(Material provided)
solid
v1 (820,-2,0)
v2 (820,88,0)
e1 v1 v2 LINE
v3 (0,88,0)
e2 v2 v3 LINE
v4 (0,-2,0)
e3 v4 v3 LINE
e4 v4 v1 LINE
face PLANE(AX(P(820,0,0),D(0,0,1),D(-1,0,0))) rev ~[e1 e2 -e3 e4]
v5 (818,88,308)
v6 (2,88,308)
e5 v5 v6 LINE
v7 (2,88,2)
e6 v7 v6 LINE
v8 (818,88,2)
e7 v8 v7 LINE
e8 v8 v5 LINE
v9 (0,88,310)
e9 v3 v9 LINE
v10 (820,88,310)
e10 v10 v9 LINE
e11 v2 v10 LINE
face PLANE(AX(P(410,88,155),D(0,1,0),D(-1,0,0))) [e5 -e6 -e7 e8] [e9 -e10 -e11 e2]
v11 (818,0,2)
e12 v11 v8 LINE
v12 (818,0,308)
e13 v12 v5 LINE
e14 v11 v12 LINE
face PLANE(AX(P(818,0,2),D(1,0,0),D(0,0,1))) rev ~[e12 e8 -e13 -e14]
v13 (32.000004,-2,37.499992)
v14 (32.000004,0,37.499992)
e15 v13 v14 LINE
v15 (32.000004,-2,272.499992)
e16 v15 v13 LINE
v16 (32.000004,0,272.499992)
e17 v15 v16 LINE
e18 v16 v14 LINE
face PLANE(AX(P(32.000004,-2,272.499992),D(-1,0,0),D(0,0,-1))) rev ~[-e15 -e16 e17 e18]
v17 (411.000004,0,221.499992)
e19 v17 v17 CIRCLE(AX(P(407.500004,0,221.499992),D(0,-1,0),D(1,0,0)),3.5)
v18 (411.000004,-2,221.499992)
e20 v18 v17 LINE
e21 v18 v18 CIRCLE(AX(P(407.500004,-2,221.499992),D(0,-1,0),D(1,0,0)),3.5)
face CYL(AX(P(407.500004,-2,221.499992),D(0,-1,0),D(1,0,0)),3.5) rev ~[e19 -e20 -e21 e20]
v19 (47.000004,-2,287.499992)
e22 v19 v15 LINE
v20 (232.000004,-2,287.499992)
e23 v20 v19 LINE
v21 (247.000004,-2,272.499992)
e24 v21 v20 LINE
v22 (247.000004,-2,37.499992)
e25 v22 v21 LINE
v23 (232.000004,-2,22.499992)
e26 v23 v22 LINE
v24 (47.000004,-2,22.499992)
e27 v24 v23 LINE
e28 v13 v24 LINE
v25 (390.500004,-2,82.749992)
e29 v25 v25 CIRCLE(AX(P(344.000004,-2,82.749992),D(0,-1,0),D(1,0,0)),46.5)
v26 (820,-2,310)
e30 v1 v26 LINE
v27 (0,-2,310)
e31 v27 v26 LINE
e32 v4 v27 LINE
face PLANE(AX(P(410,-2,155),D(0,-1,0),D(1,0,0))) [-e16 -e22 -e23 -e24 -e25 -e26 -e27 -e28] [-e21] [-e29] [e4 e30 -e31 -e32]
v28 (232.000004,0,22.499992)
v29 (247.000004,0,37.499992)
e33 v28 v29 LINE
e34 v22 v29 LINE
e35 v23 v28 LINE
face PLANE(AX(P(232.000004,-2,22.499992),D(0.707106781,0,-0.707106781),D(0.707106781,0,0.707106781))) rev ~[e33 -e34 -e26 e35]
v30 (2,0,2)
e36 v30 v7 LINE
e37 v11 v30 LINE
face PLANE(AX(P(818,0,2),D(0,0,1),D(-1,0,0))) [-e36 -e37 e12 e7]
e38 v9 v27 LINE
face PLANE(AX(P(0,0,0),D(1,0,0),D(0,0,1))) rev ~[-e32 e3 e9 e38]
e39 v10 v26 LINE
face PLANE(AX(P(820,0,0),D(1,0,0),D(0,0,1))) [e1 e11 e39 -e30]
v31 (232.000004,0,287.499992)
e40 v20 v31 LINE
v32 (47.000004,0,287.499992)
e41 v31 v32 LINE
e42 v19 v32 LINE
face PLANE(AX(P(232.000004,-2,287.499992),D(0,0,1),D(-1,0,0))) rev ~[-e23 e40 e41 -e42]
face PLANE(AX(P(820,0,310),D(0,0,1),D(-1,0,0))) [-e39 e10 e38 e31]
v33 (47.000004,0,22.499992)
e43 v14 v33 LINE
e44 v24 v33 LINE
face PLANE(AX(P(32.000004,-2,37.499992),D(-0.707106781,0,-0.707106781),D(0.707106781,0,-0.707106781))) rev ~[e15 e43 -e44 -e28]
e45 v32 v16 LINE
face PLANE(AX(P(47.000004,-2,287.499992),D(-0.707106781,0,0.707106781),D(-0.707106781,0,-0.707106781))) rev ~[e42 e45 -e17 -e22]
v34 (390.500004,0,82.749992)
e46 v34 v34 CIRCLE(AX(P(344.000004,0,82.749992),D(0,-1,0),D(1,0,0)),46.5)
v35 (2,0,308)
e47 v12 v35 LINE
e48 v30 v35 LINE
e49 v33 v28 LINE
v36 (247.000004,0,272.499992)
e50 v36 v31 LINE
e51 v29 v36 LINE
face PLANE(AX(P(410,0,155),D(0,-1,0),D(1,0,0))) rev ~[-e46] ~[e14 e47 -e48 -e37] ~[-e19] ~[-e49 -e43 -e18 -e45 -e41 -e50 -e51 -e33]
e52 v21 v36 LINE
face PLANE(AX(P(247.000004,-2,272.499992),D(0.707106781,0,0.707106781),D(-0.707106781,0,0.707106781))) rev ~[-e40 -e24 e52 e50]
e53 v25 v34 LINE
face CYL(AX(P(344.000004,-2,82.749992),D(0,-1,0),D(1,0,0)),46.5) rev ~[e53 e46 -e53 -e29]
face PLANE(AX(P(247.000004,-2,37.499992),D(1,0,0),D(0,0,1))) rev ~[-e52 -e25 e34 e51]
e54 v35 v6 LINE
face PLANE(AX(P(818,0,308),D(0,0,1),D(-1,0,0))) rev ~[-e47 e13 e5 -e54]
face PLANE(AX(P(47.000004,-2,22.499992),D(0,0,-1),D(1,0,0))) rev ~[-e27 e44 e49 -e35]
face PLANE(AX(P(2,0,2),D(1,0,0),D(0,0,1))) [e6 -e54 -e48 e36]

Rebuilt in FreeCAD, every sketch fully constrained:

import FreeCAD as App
import Part
import Sketcher


def add_polygon(sketch, points):
    """Adds a closed chain of lines whose ends are joined by coincident constraints."""
    first, n = sketch.GeometryCount, len(points)
    for a, b in zip(points, points[1:] + points[:1]):
        sketch.addGeometry(Part.LineSegment(App.Vector(*a, 0), App.Vector(*b, 0)), False)
    for i in range(n):
        sketch.addConstraint(Sketcher.Constraint("Coincident", first + i, 2, first + (i + 1) % n, 1))

doc = App.newDocument("Part")
params = doc.addObject("Spreadsheet::Sheet", "Params")
for row, (alias, value) in enumerate([
    ("sketch1_width", "820 mm"),
    ("sketch1_height", "310 mm"),
    ("pad1_length", "2 mm"),
    ("sketch2_width", "820 mm"),
    ("sketch2_width2", "816 mm"),
    ("sketch2_height", "310 mm"),
    ("sketch2_height2", "306 mm"),
    ("pad2_length", "88 mm"),
    ("sketch3_diameter", "93 mm"),
    ("sketch3_diameter2", "7 mm"),
    ("sketch3_width", "185 mm"),
    ("sketch3_height", "235 mm"),
], start=1):
    params.set(f"A{row}", alias)
    params.set(f"B{row}", "=" + value)
    params.setAlias(f"B{row}", alias)

body = doc.addObject("PartDesign::Body", "Body")

sketch1 = doc.addObject("Sketcher::SketchObject", "Sketch")
body.addObject(sketch1)
sketch1.AttachmentSupport = (doc.XZ_Plane, [""])
sketch1.MapMode = "FlatFace"
add_polygon(sketch1, [(0, 310), (0, 0), (820, 0), (820, 310)])
sketch1.addConstraint([
    Sketcher.Constraint("Vertical", 0),
    Sketcher.Constraint("Horizontal", 1),
    Sketcher.Constraint("Vertical", 2),
    Sketcher.Constraint("Horizontal", 3),
    Sketcher.Constraint("Coincident", 0, 2, -1, 1),
    Sketcher.Constraint("DistanceX", 1, 1, 1, 2, 820.0),
    Sketcher.Constraint("DistanceY", 0, 2, 0, 1, 310.0),
])
sketch1.setExpression("Constraints[9]", "Params.sketch1_width")
sketch1.setExpression("Constraints[10]", "Params.sketch1_height")
pad1 = doc.addObject("PartDesign::Pad", "Pad")
body.addObject(pad1)
pad1.Profile = sketch1
pad1.setExpression("Length", "Params.pad1_length")

sketch2 = doc.addObject("Sketcher::SketchObject", "Sketch001")
body.addObject(sketch2)
sketch2.AttachmentSupport = (doc.XZ_Plane, [""])
sketch2.MapMode = "FlatFace"
add_polygon(sketch2, [(820, 310), (820, 0), (0, 0), (0, 310)])
add_polygon(sketch2, [(2, 2), (818, 2), (818, 308), (2, 308)])
sketch2.addConstraint([
    Sketcher.Constraint("Vertical", 0),
    Sketcher.Constraint("Horizontal", 1),
    Sketcher.Constraint("Vertical", 2),
    Sketcher.Constraint("Horizontal", 3),
    Sketcher.Constraint("Horizontal", 4),
    Sketcher.Constraint("Vertical", 5),
    Sketcher.Constraint("Horizontal", 6),
    Sketcher.Constraint("Vertical", 7),
    Sketcher.Constraint("Coincident", 1, 2, -1, 1),
    Sketcher.Constraint("DistanceX", 1, 2, 1, 1, 820.0),
    Sketcher.Constraint("DistanceX", 4, 1, 4, 2, 816.0),
    Sketcher.Constraint("DistanceY", 0, 2, 0, 1, 310.0),
    Sketcher.Constraint("DistanceY", 5, 1, 5, 2, 306.0),
    Sketcher.Constraint("DistanceX", -1, 1, 4, 2, 818.0),
    Sketcher.Constraint("DistanceY", -1, 1, 4, 2, 2.0),
])
sketch2.setExpression("Constraints[17]", "Params.sketch2_width")
sketch2.setExpression("Constraints[18]", "Params.sketch2_width2")
sketch2.setExpression("Constraints[19]", "Params.sketch2_height")
sketch2.setExpression("Constraints[20]", "Params.sketch2_height2")
pad2 = doc.addObject("PartDesign::Pad", "Pad001")
body.addObject(pad2)
pad2.Profile = sketch2
pad2.setExpression("Length", "Params.pad2_length")
pad2.Reversed = True

sketch3 = doc.addObject("Sketcher::SketchObject", "Sketch002")
body.addObject(sketch3)
sketch3.AttachmentSupport = (doc.XZ_Plane, [""])
sketch3.MapMode = "FlatFace"
sketch3.AttachmentOffset = App.Placement(App.Vector(0, 0, 2), App.Rotation())
add_polygon(sketch3, [(47, 287.5), (32, 272.5), (32, 37.5), (47, 22.5), (232, 22.5), (247, 37.5), (247, 272.5), (232, 287.5)])
sketch3.addGeometry(Part.Circle(App.Vector(344, 82.7, 0), App.Vector(0, 0, 1), 46.5), False)
sketch3.addGeometry(Part.Circle(App.Vector(407.5, 221.5, 0), App.Vector(0, 0, 1), 3.5), False)
sketch3.addConstraint([
    Sketcher.Constraint("Vertical", 1),
    Sketcher.Constraint("Horizontal", 3),
    Sketcher.Constraint("Vertical", 5),
    Sketcher.Constraint("Horizontal", 7),
    Sketcher.Constraint("Perpendicular", 0, 2),
    Sketcher.Constraint("Perpendicular", 2, 4),
    Sketcher.Constraint("Perpendicular", 4, 6),
    Sketcher.Constraint("Horizontal", 1, 2, 4, 2),
    Sketcher.Constraint("Horizontal", 0, 2, 5, 2),
    Sketcher.Constraint("Vertical", 3, 2, 6, 2),
    Sketcher.Constraint("Vertical", 2, 2, 7, 2),
    Sketcher.Constraint("Diameter", 8, 93.0),
    Sketcher.Constraint("Diameter", 9, 7.0),
    Sketcher.Constraint("DistanceX", 3, 1, 3, 2, 185.0),
    Sketcher.Constraint("DistanceY", 1, 2, 1, 1, 235.0),
    Sketcher.Constraint("DistanceX", 0, 2, 8, 3, 312.0),
    Sketcher.Constraint("DistanceY", 9, 3, 0, 2, 51.0),
    Sketcher.Constraint("DistanceX", 1, 2, 2, 2, 15.0),
    Sketcher.Constraint("DistanceX", 8, 3, 9, 3, 63.5),
    Sketcher.Constraint("DistanceY", 8, 3, 9, 3, 138.75),
    Sketcher.Constraint("DistanceY", -1, 1, 9, 3, 221.499992),
    Sketcher.Constraint("DistanceX", -1, 1, 8, 3, 344.000004),
])
sketch3.setExpression("Constraints[19]", "Params.sketch3_diameter")
sketch3.setExpression("Constraints[20]", "Params.sketch3_diameter2")
sketch3.setExpression("Constraints[21]", "Params.sketch3_width")
sketch3.setExpression("Constraints[22]", "Params.sketch3_height")
pocket1 = doc.addObject("PartDesign::Pocket", "Pocket")
body.addObject(pocket1)
pocket1.Profile = sketch3
pocket1.Type = "ThroughAll"

doc.recompute()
(End Material provided)
Task to complete » Beginning at the line above that contains "v10 (820,88,310)", return each line exactly through the line that contains "e32 v4 v27 LINE", and no others.

Exercise output »
v10 (820,88,310)
e10 v10 v9 LINE
e11 v2 v10 LINE
face PLANE(AX(P(410,88,155),D(0,1,0),D(-1,0,0))) [e5 -e6 -e7 e8] [e9 -e10 -e11 e2]
v11 (818,0,2)
e12 v11 v8 LINE
v12 (818,0,308)
e13 v12 v5 LINE
e14 v11 v12 LINE
face PLANE(AX(P(818,0,2),D(1,0,0),D(0,0,1))) rev ~[e12 e8 -e13 -e14]
v13 (32.000004,-2,37.499992)
v14 (32.000004,0,37.499992)
e15 v13 v14 LINE
v15 (32.000004,-2,272.499992)
e16 v15 v13 LINE
v16 (32.000004,0,272.499992)
e17 v15 v16 LINE
e18 v16 v14 LINE
face PLANE(AX(P(32.000004,-2,272.499992),D(-1,0,0),D(0,0,-1))) rev ~[-e15 -e16 e17 e18]
v17 (411.000004,0,221.499992)
e19 v17 v17 CIRCLE(AX(P(407.500004,0,221.499992),D(0,-1,0),D(1,0,0)),3.5)
v18 (411.000004,-2,221.499992)
e20 v18 v17 LINE
e21 v18 v18 CIRCLE(AX(P(407.500004,-2,221.499992),D(0,-1,0),D(1,0,0)),3.5)
face CYL(AX(P(407.500004,-2,221.499992),D(0,-1,0),D(1,0,0)),3.5) rev ~[e19 -e20 -e21 e20]
v19 (47.000004,-2,287.499992)
e22 v19 v15 LINE
v20 (232.000004,-2,287.499992)
e23 v20 v19 LINE
v21 (247.000004,-2,272.499992)
e24 v21 v20 LINE
v22 (247.000004,-2,37.499992)
e25 v22 v21 LINE
v23 (232.000004,-2,22.499992)
e26 v23 v22 LINE
v24 (47.000004,-2,22.499992)
e27 v24 v23 LINE
e28 v13 v24 LINE
v25 (390.500004,-2,82.749992)
e29 v25 v25 CIRCLE(AX(P(344.000004,-2,82.749992),D(0,-1,0),D(1,0,0)),46.5)
v26 (820,-2,310)
e30 v1 v26 LINE
v27 (0,-2,310)
e31 v27 v26 LINE
e32 v4 v27 LINE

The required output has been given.